I think I need to cry a little because…   well, because our trip to Eastern Canada was so successful and so much fun. After we were on the road, Jim told me he had been afraid to take this trip with me. In fact he thanked me for dragging him along. It was the first long camping trip we’ve taken since I was diagnosed and he didn’t think I would be able to do it. During supper tonight he once again told me he was glad that I did so well on the trip because he had been afraid to go. I hadn’t allow myself to recognize my anxiety before we left but I now know that I was pretty stressed. I guess I live in a constant limbo between fear and desire.

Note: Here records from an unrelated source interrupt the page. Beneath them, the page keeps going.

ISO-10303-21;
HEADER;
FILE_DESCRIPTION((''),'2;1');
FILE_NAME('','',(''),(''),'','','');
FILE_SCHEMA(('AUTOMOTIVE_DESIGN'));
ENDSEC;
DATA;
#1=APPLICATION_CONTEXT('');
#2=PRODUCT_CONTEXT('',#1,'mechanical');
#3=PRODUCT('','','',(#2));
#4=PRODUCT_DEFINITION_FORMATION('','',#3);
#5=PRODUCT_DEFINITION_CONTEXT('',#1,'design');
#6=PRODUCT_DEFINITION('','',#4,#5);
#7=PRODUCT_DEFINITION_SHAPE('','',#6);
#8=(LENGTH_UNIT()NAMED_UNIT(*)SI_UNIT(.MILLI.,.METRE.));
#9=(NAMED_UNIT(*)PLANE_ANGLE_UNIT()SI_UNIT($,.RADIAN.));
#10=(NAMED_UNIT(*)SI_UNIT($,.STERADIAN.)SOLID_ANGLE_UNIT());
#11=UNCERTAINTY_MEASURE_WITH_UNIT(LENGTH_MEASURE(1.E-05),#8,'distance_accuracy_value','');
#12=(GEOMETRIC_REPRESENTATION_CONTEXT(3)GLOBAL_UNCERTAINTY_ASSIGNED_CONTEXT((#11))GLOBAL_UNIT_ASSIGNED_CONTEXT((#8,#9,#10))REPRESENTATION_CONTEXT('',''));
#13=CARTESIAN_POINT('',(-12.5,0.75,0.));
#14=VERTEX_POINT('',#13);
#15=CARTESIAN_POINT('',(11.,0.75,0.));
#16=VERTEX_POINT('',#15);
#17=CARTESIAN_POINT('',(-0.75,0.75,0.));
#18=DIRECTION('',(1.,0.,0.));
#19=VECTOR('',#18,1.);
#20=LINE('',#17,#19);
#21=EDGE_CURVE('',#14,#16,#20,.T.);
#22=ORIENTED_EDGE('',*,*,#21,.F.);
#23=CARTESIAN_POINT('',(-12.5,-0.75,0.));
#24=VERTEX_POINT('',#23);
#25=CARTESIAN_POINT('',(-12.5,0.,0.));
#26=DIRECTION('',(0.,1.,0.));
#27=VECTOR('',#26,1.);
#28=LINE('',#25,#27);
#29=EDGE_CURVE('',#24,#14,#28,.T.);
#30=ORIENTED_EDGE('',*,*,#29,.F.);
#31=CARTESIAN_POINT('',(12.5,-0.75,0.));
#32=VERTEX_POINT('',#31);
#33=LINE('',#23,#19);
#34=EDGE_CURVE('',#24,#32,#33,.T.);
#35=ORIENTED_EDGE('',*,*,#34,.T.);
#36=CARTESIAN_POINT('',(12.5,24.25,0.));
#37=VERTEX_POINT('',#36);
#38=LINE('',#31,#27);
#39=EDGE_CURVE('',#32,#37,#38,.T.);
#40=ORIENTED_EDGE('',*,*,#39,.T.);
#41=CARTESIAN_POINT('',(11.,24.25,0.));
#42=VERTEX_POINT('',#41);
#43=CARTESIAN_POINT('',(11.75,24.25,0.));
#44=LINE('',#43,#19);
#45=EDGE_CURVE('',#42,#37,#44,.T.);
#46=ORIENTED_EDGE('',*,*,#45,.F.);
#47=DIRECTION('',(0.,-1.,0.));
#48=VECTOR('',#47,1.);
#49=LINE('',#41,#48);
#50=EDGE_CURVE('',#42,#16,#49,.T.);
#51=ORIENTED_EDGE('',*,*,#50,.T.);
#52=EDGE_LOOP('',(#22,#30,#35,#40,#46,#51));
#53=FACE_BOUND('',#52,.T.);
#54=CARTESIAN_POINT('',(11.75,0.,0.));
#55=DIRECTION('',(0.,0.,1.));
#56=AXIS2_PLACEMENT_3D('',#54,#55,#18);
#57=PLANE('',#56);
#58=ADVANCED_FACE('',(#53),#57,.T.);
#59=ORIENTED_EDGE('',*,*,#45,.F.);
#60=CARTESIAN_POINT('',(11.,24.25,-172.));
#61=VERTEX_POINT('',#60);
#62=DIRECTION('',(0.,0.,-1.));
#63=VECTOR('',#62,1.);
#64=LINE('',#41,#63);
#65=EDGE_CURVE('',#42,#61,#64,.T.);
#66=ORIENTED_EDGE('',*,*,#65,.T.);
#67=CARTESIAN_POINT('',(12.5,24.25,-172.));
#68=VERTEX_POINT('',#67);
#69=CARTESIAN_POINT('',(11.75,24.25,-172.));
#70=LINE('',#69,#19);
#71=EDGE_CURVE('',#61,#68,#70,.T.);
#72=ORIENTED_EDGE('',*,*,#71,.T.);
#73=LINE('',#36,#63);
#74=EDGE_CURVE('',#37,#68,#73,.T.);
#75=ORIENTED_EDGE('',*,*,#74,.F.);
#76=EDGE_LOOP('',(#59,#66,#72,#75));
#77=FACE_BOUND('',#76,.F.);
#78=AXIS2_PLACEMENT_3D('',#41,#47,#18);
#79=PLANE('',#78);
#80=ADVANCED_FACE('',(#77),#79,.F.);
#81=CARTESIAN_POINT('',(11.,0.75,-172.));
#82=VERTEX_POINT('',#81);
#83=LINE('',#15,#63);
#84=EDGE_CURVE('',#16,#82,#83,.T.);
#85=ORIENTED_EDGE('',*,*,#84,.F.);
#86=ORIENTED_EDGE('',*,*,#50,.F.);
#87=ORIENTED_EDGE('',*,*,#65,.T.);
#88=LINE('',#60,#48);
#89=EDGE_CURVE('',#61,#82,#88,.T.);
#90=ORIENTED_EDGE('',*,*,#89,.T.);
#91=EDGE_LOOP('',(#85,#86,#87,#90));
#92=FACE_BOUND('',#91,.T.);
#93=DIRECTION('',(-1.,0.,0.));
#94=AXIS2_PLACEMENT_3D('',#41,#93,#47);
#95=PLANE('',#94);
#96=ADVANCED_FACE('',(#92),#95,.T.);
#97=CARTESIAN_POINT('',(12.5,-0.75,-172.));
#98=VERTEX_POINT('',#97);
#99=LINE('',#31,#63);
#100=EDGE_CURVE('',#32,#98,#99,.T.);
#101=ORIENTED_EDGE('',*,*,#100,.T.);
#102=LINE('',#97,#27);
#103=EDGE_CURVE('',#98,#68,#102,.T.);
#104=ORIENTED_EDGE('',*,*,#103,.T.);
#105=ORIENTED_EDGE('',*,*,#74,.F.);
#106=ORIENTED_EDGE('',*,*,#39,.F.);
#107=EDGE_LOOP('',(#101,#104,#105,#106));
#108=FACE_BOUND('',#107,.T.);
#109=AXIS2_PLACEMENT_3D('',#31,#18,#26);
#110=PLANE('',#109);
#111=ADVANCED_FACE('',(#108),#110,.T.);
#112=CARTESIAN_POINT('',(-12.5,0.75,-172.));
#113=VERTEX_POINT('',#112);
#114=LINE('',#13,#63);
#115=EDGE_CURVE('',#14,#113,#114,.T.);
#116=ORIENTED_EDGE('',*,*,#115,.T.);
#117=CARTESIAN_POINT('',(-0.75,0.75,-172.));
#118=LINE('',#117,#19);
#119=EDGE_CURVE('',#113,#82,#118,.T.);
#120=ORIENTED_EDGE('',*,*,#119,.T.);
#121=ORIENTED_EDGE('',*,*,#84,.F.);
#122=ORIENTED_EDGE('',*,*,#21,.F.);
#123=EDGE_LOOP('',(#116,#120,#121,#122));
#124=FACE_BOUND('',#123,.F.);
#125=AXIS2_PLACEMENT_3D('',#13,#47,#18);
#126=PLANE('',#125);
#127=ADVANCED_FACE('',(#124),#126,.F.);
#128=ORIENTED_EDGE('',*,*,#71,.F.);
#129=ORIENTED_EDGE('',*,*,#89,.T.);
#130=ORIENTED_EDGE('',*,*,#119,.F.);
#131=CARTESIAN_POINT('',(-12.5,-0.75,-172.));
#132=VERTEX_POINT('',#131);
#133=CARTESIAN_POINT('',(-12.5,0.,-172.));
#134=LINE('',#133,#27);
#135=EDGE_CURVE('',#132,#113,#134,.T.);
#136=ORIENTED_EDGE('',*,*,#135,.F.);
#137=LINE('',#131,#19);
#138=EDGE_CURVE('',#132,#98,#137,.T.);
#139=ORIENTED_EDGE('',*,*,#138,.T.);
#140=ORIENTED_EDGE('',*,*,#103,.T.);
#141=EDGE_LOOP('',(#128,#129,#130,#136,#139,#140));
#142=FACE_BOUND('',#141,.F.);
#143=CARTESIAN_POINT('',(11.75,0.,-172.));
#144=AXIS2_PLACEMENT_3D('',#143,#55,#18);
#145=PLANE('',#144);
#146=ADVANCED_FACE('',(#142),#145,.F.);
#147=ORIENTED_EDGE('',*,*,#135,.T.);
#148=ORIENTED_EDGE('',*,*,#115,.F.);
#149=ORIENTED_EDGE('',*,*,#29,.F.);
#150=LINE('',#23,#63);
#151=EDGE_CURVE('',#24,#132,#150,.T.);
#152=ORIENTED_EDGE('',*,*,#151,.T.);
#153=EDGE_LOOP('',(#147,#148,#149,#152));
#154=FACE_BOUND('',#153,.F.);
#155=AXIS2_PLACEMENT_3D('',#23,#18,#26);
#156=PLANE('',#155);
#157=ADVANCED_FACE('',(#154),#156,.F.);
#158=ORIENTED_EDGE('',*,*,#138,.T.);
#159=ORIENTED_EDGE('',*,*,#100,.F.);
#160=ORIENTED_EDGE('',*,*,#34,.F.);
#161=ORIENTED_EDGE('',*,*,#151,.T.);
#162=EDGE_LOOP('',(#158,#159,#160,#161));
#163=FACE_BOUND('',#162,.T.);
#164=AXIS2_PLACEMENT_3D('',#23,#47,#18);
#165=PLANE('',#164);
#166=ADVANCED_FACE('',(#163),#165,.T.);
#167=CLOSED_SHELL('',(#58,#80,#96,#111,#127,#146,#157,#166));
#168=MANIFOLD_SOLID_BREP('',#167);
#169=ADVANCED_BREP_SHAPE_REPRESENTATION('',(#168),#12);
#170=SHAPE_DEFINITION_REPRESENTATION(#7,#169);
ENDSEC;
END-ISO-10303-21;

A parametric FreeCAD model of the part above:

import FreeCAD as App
import Part
import Sketcher
from FreeCAD import Vector
Q = App.Units.Quantity


def add_polygon(sketch, points):
    """Adds a closed chain of lines whose ends are joined by coincident constraints."""
    first, n = sketch.GeometryCount, len(points)
    for a, b in zip(points, points[1:] + points[:1]):
        sketch.addGeometry(Part.LineSegment(App.Vector(*a, 0), App.Vector(*b, 0)), False)
    for i in range(n):
        sketch.addConstraint(Sketcher.Constraint("Coincident", first + i, 2, first + (i + 1) % n, 1))

doc = App.newDocument("Part")
body = doc.addObject("PartDesign::Body", "Body")

sketch1 = body.newObject("Sketcher::SketchObject", "Sketch")
sketch1.AttachmentSupport = (doc.getObject("XY_Plane"), [""])
sketch1.MapMode = "FlatFace"
add_polygon(sketch1, [(12.5, -0.8), (12.5, 24.2), (11, 24.2), (11, 0.8), (-12.5, 0.8), (-12.5, -0.8)])
sketch1.addConstraint(Sketcher.Constraint("Vertical", 0))
sketch1.addConstraint(Sketcher.Constraint("Horizontal", 1))
sketch1.addConstraint(Sketcher.Constraint("Vertical", 2))
sketch1.addConstraint(Sketcher.Constraint("Horizontal", 3))
sketch1.addConstraint(Sketcher.Constraint("Vertical", 4))
sketch1.addConstraint(Sketcher.Constraint("Horizontal", 5))
sketch1.addConstraint(Sketcher.Constraint("Symmetric", 3, 2, 5, 2, -1, 1))
sketch1.addConstraint(Sketcher.Constraint("Equal", 5, 0))
sketch1.addConstraint(Sketcher.Constraint("Equal", 3, 2))
sketch1.addConstraint(Sketcher.Constraint("DistanceX", 5, 1, 5, 2, Q("25 mm")))
sketch1.addConstraint(Sketcher.Constraint("DistanceX", 1, 2, 1, 1, Q("1.5 mm")))
pad1 = body.newObject("PartDesign::Pad", "Pad")
pad1.Profile = sketch1
pad1.Length = 172
pad1.Reversed = True

doc.recompute()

In the weeks leading up to the trip I wanted to believe I could do it because I had gone to St. Petersburg, Russia in the first year after diagnosis and to Kyrgyzstan three years ago. But those were different. I didn’t have to do any work on those trips; work like setting up the camper and taking it down. I didn’t have to ride in a truck every day for over three weeks. Those trips were only two weeks long and this was going to be three weeks or longer. And I didn’t have my old doctor to help me prepare physically for the trip although I did get my new doctor’s help. But I had to tell him what I needed because he doesn’t know me yet, and because he hasn’t been following me through my getting better years. He couldn’t suggest things to do – like my old doctor did. I’ve been angry at my old doctor again but I’ll get over that.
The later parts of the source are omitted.